Records provided
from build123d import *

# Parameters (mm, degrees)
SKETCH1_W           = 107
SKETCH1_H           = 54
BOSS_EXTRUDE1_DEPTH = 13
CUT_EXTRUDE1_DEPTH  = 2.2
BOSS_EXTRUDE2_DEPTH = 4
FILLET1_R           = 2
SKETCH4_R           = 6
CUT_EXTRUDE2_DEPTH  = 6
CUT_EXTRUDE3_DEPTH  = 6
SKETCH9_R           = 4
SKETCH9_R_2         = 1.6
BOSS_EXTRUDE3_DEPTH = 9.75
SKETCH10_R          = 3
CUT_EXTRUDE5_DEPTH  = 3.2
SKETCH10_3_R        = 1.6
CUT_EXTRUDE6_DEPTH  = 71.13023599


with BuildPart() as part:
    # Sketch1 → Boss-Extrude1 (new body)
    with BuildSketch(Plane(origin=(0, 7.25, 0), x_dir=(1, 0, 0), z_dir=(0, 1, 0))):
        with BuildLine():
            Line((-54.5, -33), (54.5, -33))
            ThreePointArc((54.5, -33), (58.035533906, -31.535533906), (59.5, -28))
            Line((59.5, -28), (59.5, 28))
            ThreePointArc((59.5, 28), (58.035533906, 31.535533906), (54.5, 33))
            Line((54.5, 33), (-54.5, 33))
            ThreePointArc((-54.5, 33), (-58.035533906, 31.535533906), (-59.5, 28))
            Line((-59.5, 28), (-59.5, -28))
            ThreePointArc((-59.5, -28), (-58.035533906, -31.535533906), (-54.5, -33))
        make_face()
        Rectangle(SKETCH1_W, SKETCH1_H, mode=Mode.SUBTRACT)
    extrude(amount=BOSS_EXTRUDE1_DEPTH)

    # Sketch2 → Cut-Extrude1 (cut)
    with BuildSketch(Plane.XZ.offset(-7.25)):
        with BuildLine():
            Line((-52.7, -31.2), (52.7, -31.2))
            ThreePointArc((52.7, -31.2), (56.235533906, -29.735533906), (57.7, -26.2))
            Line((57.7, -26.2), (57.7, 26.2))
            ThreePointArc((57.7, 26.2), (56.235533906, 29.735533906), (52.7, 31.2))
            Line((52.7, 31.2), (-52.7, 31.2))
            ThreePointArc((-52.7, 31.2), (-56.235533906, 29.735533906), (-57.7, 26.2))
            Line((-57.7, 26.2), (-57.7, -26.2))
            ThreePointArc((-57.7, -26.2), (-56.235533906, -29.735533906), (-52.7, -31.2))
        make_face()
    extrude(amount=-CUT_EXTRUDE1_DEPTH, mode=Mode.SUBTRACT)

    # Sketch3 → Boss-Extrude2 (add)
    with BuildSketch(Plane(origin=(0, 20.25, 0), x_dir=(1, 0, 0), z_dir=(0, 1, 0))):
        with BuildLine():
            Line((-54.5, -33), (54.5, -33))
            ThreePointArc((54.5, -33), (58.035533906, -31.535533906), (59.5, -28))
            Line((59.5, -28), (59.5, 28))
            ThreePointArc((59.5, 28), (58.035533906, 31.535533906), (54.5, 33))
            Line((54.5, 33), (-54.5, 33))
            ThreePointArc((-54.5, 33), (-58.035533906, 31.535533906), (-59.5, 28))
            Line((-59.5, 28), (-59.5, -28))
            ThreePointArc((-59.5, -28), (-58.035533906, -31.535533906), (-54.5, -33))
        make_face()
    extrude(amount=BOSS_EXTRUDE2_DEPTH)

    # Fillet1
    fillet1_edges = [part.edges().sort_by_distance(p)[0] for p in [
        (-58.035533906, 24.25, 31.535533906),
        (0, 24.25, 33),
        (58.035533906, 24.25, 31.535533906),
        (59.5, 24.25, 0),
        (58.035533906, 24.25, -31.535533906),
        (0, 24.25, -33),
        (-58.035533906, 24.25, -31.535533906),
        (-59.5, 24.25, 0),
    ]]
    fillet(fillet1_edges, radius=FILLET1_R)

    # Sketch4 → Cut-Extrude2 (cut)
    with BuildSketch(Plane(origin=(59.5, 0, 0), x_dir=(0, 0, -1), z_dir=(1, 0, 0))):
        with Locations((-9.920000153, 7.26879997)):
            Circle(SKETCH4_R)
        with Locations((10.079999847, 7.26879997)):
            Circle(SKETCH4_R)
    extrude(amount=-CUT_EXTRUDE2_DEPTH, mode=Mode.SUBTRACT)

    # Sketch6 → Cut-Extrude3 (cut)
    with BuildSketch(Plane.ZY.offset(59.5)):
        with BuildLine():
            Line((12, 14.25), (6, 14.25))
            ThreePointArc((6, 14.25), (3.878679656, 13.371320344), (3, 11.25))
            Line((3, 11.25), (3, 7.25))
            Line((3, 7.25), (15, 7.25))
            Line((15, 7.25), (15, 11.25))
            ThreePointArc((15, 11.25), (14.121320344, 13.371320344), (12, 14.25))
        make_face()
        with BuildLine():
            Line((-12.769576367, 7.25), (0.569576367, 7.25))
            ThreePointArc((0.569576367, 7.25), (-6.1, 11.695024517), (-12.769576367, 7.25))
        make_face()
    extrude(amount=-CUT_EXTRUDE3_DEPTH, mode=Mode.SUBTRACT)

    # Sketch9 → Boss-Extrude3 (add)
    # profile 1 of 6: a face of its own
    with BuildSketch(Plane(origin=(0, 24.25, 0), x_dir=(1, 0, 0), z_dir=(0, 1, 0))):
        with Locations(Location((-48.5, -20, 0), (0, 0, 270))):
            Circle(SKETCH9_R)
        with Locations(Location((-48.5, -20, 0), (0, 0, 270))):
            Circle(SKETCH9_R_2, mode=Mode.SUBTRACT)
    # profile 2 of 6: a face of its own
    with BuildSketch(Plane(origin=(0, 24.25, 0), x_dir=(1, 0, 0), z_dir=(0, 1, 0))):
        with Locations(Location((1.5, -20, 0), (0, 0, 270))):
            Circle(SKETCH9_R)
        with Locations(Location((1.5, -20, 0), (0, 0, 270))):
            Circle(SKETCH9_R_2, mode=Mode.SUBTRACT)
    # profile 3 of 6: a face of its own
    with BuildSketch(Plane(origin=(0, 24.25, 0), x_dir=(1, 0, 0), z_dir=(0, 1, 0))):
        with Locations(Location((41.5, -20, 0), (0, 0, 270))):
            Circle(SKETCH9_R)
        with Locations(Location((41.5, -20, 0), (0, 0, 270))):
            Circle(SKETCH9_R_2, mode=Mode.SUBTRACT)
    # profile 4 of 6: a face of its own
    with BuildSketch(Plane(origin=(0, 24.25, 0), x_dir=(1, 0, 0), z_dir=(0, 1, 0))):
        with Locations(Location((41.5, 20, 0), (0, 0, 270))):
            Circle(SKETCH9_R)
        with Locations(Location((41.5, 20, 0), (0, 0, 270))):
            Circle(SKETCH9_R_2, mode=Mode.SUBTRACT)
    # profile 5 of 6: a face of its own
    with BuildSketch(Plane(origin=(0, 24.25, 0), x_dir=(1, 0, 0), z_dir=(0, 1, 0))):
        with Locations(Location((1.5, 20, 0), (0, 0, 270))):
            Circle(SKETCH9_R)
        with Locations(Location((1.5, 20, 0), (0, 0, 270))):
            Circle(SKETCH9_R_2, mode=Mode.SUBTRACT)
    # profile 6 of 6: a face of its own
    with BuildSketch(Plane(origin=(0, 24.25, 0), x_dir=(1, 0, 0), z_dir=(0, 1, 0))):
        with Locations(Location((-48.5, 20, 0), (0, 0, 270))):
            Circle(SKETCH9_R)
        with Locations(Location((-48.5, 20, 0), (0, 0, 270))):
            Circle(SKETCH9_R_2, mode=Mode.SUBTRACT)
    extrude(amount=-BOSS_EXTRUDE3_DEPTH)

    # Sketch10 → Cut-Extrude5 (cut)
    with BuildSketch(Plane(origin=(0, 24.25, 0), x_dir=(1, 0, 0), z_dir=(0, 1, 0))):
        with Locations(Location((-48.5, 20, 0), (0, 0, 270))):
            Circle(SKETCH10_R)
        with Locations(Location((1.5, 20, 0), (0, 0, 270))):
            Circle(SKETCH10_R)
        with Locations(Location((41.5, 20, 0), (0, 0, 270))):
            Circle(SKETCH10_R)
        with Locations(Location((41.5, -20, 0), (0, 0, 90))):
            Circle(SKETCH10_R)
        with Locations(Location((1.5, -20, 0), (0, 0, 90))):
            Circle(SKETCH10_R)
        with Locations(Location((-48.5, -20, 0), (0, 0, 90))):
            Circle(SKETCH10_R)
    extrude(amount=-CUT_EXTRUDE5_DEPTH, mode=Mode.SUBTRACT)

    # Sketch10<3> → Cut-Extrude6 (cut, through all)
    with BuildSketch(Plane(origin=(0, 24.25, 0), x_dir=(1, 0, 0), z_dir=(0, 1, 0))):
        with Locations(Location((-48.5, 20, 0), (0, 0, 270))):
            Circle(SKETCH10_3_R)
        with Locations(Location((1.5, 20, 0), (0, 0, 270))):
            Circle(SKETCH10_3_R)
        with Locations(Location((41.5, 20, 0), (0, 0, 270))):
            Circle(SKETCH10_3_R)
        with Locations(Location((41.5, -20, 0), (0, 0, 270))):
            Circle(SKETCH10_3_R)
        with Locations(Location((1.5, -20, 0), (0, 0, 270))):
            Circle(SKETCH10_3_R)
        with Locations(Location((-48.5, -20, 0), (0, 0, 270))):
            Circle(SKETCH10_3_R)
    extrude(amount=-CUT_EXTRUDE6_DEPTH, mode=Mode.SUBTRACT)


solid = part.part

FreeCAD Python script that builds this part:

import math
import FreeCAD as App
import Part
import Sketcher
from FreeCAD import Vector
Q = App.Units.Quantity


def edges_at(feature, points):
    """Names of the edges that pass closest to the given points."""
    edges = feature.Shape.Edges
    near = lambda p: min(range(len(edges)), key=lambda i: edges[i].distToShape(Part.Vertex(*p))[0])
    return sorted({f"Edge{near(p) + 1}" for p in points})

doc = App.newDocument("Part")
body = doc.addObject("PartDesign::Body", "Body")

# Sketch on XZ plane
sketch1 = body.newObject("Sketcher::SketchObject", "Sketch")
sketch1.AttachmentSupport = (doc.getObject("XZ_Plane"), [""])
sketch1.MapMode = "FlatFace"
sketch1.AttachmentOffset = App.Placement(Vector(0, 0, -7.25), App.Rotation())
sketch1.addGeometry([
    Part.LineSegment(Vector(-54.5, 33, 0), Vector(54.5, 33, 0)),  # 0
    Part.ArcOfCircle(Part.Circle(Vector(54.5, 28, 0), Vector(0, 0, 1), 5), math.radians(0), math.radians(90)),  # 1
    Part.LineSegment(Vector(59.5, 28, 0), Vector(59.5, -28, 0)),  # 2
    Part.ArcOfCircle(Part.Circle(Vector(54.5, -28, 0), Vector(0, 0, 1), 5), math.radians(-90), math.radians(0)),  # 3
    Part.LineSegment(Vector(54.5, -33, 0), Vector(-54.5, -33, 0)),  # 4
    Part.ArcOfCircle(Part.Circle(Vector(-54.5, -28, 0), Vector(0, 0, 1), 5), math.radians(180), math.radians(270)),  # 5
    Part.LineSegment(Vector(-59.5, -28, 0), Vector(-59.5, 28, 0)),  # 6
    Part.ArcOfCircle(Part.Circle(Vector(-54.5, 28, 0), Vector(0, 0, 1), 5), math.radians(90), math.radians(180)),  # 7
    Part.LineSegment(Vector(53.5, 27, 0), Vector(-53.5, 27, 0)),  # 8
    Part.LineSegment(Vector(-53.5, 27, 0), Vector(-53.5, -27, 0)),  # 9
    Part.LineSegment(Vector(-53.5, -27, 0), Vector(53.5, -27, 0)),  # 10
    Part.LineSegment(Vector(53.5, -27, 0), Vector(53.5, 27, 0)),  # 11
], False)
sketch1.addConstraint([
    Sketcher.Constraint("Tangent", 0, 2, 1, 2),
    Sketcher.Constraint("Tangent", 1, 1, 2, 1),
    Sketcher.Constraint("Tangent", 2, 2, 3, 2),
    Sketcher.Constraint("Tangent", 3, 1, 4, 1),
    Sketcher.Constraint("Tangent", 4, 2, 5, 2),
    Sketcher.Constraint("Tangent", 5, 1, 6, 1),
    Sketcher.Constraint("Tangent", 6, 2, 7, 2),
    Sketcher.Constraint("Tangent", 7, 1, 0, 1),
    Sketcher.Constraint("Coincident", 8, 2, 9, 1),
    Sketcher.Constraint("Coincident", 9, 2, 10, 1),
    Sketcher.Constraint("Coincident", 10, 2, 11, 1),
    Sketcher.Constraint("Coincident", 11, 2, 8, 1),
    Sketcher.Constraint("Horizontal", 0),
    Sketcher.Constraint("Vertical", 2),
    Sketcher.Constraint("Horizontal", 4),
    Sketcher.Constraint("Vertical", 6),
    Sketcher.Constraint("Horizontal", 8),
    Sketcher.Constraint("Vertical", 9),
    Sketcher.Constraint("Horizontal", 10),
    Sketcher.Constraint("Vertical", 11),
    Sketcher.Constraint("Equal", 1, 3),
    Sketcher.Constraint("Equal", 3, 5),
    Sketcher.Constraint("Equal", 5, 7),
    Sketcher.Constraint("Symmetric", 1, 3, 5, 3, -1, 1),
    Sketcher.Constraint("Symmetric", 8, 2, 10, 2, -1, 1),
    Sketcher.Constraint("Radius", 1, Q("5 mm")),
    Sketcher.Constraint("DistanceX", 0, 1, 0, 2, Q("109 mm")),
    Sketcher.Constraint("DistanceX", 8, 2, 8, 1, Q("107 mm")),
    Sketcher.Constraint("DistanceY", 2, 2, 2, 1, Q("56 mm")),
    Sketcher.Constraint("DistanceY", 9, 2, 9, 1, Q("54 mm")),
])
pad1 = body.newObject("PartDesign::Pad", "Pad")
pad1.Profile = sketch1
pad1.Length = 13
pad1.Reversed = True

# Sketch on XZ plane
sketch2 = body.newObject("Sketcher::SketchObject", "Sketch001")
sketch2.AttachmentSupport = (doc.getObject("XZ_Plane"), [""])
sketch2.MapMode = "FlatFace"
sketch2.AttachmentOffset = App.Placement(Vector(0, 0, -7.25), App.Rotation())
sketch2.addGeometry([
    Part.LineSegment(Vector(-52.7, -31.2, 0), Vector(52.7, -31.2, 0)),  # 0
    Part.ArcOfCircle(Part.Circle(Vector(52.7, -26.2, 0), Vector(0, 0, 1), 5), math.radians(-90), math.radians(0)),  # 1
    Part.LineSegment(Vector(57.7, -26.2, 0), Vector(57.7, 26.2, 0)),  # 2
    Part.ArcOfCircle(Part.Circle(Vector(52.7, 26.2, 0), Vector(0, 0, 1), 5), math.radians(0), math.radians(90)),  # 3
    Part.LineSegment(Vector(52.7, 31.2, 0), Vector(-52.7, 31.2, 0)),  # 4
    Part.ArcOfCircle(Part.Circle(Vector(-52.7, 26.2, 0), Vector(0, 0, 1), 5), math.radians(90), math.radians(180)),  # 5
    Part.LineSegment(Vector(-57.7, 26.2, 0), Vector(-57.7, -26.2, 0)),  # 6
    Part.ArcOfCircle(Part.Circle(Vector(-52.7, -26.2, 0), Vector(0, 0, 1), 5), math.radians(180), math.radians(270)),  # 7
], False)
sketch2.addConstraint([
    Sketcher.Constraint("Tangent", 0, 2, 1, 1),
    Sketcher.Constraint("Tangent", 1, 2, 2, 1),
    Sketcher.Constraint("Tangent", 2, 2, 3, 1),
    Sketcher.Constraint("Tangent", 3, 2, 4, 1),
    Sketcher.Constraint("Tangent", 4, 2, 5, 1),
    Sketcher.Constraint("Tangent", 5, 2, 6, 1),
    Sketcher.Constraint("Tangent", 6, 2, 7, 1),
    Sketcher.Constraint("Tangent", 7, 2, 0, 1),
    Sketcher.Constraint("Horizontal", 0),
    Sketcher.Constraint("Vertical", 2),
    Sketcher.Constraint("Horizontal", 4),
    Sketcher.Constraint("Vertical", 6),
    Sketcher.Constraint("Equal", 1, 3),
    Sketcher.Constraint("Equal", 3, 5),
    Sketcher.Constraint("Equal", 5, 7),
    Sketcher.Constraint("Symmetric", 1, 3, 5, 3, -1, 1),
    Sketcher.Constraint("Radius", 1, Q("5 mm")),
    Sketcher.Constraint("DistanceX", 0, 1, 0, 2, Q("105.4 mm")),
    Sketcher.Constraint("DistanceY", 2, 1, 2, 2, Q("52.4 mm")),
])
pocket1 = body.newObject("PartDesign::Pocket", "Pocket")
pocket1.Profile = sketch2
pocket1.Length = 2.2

---

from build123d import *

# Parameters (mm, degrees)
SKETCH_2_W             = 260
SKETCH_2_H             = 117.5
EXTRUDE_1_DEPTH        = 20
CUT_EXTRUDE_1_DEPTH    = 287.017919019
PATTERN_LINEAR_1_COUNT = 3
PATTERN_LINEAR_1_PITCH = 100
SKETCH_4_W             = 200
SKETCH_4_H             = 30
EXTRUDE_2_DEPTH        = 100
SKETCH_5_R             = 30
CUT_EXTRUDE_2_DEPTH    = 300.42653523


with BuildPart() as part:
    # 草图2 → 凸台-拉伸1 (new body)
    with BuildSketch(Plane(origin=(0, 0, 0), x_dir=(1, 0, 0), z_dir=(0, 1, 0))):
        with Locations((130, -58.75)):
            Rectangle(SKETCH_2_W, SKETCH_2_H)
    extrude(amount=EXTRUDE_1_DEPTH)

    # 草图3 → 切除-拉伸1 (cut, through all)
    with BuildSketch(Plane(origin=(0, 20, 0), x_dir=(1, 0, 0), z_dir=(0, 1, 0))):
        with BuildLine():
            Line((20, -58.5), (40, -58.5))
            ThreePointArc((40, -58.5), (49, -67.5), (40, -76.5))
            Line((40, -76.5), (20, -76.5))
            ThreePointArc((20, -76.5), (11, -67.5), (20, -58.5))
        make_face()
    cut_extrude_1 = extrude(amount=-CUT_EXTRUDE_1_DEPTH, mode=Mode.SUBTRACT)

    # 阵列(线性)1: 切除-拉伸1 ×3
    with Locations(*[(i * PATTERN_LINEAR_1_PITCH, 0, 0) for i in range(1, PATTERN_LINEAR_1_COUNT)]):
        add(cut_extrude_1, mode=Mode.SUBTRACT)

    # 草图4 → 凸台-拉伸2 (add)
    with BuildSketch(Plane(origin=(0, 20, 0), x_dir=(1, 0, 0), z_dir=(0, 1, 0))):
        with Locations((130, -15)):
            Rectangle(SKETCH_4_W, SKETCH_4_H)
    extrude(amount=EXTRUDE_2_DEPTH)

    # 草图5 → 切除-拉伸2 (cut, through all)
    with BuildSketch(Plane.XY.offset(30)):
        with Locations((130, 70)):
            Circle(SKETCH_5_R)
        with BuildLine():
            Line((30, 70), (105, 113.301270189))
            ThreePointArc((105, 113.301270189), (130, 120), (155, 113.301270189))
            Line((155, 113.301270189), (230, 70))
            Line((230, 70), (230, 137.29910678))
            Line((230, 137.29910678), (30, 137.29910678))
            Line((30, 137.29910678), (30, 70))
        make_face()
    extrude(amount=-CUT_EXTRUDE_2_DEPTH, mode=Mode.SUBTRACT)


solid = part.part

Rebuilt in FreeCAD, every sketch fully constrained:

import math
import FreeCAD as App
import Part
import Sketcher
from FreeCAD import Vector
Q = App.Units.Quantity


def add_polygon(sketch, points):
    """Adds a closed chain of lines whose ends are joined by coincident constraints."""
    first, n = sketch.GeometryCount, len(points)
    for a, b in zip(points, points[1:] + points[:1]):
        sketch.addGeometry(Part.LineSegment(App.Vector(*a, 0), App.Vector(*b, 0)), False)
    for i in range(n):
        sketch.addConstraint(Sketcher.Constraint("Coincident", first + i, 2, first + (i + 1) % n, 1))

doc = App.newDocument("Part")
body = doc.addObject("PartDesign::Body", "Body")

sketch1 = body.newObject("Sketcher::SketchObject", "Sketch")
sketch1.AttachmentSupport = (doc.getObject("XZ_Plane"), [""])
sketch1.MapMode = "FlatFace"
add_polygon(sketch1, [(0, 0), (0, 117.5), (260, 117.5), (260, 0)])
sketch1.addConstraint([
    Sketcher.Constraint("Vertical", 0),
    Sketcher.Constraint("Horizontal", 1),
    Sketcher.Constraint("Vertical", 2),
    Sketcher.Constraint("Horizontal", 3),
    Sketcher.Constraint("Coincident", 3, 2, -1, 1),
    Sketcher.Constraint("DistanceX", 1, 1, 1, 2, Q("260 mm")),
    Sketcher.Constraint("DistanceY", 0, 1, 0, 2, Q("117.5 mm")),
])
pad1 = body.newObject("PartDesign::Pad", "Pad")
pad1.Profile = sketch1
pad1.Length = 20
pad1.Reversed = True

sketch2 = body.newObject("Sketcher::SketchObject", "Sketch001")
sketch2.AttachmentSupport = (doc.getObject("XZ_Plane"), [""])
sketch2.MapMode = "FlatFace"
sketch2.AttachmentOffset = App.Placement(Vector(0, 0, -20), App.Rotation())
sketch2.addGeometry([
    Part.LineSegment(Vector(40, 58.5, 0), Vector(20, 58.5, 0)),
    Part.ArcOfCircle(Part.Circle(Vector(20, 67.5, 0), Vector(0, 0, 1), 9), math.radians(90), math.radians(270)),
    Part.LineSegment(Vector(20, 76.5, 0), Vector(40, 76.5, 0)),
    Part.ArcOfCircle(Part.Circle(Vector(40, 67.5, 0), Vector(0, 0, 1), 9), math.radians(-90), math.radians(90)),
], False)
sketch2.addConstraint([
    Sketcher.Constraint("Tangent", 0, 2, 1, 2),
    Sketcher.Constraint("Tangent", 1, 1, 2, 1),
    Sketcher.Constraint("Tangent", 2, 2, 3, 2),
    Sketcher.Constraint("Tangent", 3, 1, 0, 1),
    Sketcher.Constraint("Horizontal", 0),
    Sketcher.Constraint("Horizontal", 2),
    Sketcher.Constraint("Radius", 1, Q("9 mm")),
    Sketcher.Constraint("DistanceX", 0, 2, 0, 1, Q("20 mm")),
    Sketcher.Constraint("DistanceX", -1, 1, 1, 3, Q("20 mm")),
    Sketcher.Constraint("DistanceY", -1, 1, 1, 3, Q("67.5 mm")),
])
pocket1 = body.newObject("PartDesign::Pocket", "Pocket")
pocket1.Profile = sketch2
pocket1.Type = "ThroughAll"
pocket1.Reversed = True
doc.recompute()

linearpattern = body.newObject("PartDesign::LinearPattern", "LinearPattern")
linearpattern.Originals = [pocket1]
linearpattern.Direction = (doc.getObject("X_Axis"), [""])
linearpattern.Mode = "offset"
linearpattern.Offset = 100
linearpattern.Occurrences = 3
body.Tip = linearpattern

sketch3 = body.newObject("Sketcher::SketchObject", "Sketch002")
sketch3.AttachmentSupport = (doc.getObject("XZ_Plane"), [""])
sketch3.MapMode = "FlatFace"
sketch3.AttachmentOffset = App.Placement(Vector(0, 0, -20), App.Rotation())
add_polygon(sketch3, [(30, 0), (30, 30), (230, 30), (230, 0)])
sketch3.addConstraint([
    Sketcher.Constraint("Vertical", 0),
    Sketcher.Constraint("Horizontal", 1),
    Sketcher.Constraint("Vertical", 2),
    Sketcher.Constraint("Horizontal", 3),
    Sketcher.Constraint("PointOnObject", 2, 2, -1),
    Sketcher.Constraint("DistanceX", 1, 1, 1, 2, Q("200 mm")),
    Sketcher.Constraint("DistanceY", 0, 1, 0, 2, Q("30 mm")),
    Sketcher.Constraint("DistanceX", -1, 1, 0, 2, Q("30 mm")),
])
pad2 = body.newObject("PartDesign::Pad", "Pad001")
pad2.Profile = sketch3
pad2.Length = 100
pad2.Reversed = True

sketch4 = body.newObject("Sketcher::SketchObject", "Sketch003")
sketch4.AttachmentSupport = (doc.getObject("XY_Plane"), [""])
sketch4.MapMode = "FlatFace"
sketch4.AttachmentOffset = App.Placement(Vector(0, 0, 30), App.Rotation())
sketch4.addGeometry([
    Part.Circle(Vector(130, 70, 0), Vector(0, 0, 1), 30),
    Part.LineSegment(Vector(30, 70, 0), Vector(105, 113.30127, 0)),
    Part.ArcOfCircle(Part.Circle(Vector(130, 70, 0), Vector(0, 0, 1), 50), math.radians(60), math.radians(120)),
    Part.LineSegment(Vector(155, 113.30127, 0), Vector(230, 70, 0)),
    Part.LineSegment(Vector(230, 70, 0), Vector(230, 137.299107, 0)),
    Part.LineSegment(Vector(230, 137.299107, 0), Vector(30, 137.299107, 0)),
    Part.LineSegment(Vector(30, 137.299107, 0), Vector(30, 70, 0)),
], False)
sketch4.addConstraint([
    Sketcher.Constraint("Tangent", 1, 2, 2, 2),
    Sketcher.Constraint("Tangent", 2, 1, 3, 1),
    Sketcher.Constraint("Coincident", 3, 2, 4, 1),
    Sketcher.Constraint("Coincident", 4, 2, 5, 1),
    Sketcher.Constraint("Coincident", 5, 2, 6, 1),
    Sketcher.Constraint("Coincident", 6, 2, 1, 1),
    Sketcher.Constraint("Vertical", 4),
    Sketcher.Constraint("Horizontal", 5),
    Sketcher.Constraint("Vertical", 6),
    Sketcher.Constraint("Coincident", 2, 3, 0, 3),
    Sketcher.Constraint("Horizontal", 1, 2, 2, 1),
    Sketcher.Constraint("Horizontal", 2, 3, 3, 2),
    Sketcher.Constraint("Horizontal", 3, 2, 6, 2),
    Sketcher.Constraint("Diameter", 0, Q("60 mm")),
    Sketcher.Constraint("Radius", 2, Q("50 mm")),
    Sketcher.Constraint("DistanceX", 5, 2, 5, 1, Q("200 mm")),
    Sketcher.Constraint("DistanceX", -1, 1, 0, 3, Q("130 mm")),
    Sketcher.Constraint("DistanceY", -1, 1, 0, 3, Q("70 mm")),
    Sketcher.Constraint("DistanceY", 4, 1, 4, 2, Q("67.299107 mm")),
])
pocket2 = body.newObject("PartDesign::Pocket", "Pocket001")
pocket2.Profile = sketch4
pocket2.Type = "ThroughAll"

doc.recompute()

* * *

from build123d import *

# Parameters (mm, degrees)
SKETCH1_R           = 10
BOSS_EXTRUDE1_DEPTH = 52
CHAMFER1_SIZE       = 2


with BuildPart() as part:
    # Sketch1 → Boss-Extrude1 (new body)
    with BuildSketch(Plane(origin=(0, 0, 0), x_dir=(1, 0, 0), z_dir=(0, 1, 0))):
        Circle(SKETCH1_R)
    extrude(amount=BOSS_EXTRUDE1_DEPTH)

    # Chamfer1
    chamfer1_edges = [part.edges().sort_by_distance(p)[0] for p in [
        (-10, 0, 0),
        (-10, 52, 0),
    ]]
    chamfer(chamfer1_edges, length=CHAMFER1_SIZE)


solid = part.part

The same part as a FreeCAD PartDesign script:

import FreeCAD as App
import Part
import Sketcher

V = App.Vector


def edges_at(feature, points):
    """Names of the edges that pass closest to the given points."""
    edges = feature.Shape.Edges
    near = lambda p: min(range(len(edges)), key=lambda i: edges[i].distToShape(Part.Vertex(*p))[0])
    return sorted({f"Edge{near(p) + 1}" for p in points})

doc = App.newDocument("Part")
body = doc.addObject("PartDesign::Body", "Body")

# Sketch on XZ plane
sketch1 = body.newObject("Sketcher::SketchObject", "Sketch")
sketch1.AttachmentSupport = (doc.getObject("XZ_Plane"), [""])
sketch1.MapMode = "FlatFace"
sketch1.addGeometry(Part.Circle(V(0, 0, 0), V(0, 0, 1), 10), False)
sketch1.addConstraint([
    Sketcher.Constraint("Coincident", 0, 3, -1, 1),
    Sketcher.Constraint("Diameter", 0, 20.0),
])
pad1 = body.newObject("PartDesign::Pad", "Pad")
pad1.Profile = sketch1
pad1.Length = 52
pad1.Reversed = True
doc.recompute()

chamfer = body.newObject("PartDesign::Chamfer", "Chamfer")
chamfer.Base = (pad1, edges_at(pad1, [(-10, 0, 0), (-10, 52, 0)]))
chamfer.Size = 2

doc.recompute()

Brief
What is needed is a verbatim copy of every line in the records above from the one containing "# profile 3 of 6: a face of its own" down to the one containing "# profile 6 of 6: a face of its own", both included, and nothing more.

Exercise response
    # profile 3 of 6: a face of its own
    with BuildSketch(Plane(origin=(0, 24.25, 0), x_dir=(1, 0, 0), z_dir=(0, 1, 0))):
        with Locations(Location((41.5, -20, 0), (0, 0, 270))):
            Circle(SKETCH9_R)
        with Locations(Location((41.5, -20, 0), (0, 0, 270))):
            Circle(SKETCH9_R_2, mode=Mode.SUBTRACT)
    # profile 4 of 6: a face of its own
    with BuildSketch(Plane(origin=(0, 24.25, 0), x_dir=(1, 0, 0), z_dir=(0, 1, 0))):
        with Locations(Location((41.5, 20, 0), (0, 0, 270))):
            Circle(SKETCH9_R)
        with Locations(Location((41.5, 20, 0), (0, 0, 270))):
            Circle(SKETCH9_R_2, mode=Mode.SUBTRACT)
    # profile 5 of 6: a face of its own
    with BuildSketch(Plane(origin=(0, 24.25, 0), x_dir=(1, 0, 0), z_dir=(0, 1, 0))):
        with Locations(Location((1.5, 20, 0), (0, 0, 270))):
            Circle(SKETCH9_R)
        with Locations(Location((1.5, 20, 0), (0, 0, 270))):
            Circle(SKETCH9_R_2, mode=Mode.SUBTRACT)
    # profile 6 of 6: a face of its own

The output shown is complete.